PROBLEM REQUIREMENTS: Write out the data exactly from its first line onward, ending with the line in which "#372=EDGE_LOOP('',(#371));" appears.

INPUT RECORDS:
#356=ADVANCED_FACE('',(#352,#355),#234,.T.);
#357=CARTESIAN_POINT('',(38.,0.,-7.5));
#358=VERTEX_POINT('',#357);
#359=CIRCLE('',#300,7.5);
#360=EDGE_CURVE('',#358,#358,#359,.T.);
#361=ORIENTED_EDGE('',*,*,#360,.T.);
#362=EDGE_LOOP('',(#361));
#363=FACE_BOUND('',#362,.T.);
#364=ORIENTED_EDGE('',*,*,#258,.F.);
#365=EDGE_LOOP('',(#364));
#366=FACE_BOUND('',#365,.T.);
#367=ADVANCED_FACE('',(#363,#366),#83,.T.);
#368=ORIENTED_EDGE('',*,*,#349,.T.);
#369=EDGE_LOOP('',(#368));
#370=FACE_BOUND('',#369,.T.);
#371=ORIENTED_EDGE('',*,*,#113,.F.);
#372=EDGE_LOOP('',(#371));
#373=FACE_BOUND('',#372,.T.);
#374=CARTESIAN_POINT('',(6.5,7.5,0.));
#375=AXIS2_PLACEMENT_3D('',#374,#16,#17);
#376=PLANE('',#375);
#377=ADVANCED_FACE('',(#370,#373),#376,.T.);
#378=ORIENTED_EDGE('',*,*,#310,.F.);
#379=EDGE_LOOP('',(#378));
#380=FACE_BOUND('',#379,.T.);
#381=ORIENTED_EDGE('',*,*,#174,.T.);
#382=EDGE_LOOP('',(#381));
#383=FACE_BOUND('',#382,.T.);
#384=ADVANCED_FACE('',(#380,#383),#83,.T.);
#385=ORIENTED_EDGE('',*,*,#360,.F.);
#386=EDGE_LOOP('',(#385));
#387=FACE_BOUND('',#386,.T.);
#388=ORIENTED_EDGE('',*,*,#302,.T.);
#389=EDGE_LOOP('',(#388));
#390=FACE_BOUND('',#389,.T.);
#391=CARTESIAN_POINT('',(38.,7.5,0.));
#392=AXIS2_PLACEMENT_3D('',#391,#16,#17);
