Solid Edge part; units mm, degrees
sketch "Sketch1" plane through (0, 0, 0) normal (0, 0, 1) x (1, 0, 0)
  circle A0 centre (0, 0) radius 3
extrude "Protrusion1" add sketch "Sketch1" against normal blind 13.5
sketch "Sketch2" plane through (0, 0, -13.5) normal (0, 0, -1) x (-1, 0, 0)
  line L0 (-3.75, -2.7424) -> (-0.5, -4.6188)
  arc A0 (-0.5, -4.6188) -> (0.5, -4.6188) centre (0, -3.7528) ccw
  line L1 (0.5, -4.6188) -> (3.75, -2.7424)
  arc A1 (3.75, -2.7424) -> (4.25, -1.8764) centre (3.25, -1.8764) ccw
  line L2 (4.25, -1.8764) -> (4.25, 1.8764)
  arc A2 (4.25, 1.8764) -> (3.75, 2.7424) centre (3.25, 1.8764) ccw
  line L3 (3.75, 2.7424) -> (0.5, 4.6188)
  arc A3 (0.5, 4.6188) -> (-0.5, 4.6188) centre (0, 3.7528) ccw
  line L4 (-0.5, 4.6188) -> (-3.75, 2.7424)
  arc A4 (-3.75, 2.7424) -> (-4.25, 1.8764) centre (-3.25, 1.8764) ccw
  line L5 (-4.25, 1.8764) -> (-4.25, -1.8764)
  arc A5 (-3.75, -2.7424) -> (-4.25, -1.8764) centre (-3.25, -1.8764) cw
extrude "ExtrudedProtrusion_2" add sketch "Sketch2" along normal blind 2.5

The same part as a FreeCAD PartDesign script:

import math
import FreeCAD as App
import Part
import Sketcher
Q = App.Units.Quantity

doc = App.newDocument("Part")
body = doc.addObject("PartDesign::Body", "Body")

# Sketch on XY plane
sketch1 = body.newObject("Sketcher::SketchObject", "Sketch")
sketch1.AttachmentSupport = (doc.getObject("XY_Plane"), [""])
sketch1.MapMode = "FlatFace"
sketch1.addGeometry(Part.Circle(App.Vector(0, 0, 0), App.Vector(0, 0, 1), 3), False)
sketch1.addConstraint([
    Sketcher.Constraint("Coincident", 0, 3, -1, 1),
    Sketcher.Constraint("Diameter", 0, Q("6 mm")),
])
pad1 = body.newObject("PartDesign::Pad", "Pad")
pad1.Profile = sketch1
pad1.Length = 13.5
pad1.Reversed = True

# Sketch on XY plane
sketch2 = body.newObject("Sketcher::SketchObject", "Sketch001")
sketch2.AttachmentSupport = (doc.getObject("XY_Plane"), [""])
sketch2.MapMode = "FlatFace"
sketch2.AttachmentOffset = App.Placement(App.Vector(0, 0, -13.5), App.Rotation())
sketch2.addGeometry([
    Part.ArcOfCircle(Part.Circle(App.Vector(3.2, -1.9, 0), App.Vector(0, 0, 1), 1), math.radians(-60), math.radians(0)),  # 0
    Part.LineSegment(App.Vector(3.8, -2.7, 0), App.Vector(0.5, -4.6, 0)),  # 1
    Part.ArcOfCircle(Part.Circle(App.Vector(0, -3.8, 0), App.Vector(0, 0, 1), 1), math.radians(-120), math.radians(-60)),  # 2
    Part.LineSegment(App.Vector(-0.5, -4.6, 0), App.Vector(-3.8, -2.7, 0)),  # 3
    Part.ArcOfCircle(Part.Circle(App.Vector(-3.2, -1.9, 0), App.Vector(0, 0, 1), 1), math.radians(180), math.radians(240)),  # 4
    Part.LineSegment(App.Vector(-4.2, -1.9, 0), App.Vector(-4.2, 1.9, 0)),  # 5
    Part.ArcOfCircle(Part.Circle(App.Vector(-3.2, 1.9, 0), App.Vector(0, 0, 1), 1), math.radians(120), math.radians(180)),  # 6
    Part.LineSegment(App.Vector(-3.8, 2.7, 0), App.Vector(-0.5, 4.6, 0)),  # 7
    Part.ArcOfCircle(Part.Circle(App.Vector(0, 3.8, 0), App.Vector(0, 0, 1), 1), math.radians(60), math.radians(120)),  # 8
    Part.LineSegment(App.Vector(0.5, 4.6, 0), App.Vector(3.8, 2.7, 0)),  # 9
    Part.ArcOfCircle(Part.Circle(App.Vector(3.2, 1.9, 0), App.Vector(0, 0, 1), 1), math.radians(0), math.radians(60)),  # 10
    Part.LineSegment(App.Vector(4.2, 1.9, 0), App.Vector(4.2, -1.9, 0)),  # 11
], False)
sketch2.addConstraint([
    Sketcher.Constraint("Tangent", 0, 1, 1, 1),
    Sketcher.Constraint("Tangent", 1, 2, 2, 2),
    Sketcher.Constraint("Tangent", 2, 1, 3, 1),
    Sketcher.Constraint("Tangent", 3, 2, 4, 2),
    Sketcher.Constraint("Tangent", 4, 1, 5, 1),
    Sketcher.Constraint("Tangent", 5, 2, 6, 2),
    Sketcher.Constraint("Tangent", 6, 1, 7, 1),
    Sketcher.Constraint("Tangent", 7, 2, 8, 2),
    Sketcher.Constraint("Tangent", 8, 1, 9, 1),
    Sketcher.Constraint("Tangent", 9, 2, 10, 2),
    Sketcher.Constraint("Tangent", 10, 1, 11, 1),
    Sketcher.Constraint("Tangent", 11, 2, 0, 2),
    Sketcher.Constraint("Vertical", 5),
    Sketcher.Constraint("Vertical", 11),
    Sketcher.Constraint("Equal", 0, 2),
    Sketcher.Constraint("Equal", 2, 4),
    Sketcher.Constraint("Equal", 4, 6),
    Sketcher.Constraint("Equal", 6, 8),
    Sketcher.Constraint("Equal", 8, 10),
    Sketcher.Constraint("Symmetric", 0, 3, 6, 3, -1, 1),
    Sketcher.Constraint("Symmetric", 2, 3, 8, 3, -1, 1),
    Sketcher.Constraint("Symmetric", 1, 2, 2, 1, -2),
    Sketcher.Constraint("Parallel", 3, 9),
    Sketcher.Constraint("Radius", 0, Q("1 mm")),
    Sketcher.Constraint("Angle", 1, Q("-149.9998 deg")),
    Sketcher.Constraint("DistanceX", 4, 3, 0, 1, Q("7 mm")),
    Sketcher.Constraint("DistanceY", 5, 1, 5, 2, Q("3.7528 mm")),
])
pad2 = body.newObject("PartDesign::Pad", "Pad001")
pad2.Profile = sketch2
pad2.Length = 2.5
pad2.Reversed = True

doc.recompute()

RESULT OF THIS EXERCISE:
#356=ADVANCED_FACE('',(#352,#355),#234,.T.);
#357=CARTESIAN_POINT('',(38.,0.,-7.5));
#358=VERTEX_POINT('',#357);
#359=CIRCLE('',#300,7.5);
#360=EDGE_CURVE('',#358,#358,#359,.T.);
#361=ORIENTED_EDGE('',*,*,#360,.T.);
#362=EDGE_LOOP('',(#361));
#363=FACE_BOUND('',#362,.T.);
#364=ORIENTED_EDGE('',*,*,#258,.F.);
#365=EDGE_LOOP('',(#364));
#366=FACE_BOUND('',#365,.T.);
#367=ADVANCED_FACE('',(#363,#366),#83,.T.);
#368=ORIENTED_EDGE('',*,*,#349,.T.);
#369=EDGE_LOOP('',(#368));
#370=FACE_BOUND('',#369,.T.);
#371=ORIENTED_EDGE('',*,*,#113,.F.);
#372=EDGE_LOOP('',(#371));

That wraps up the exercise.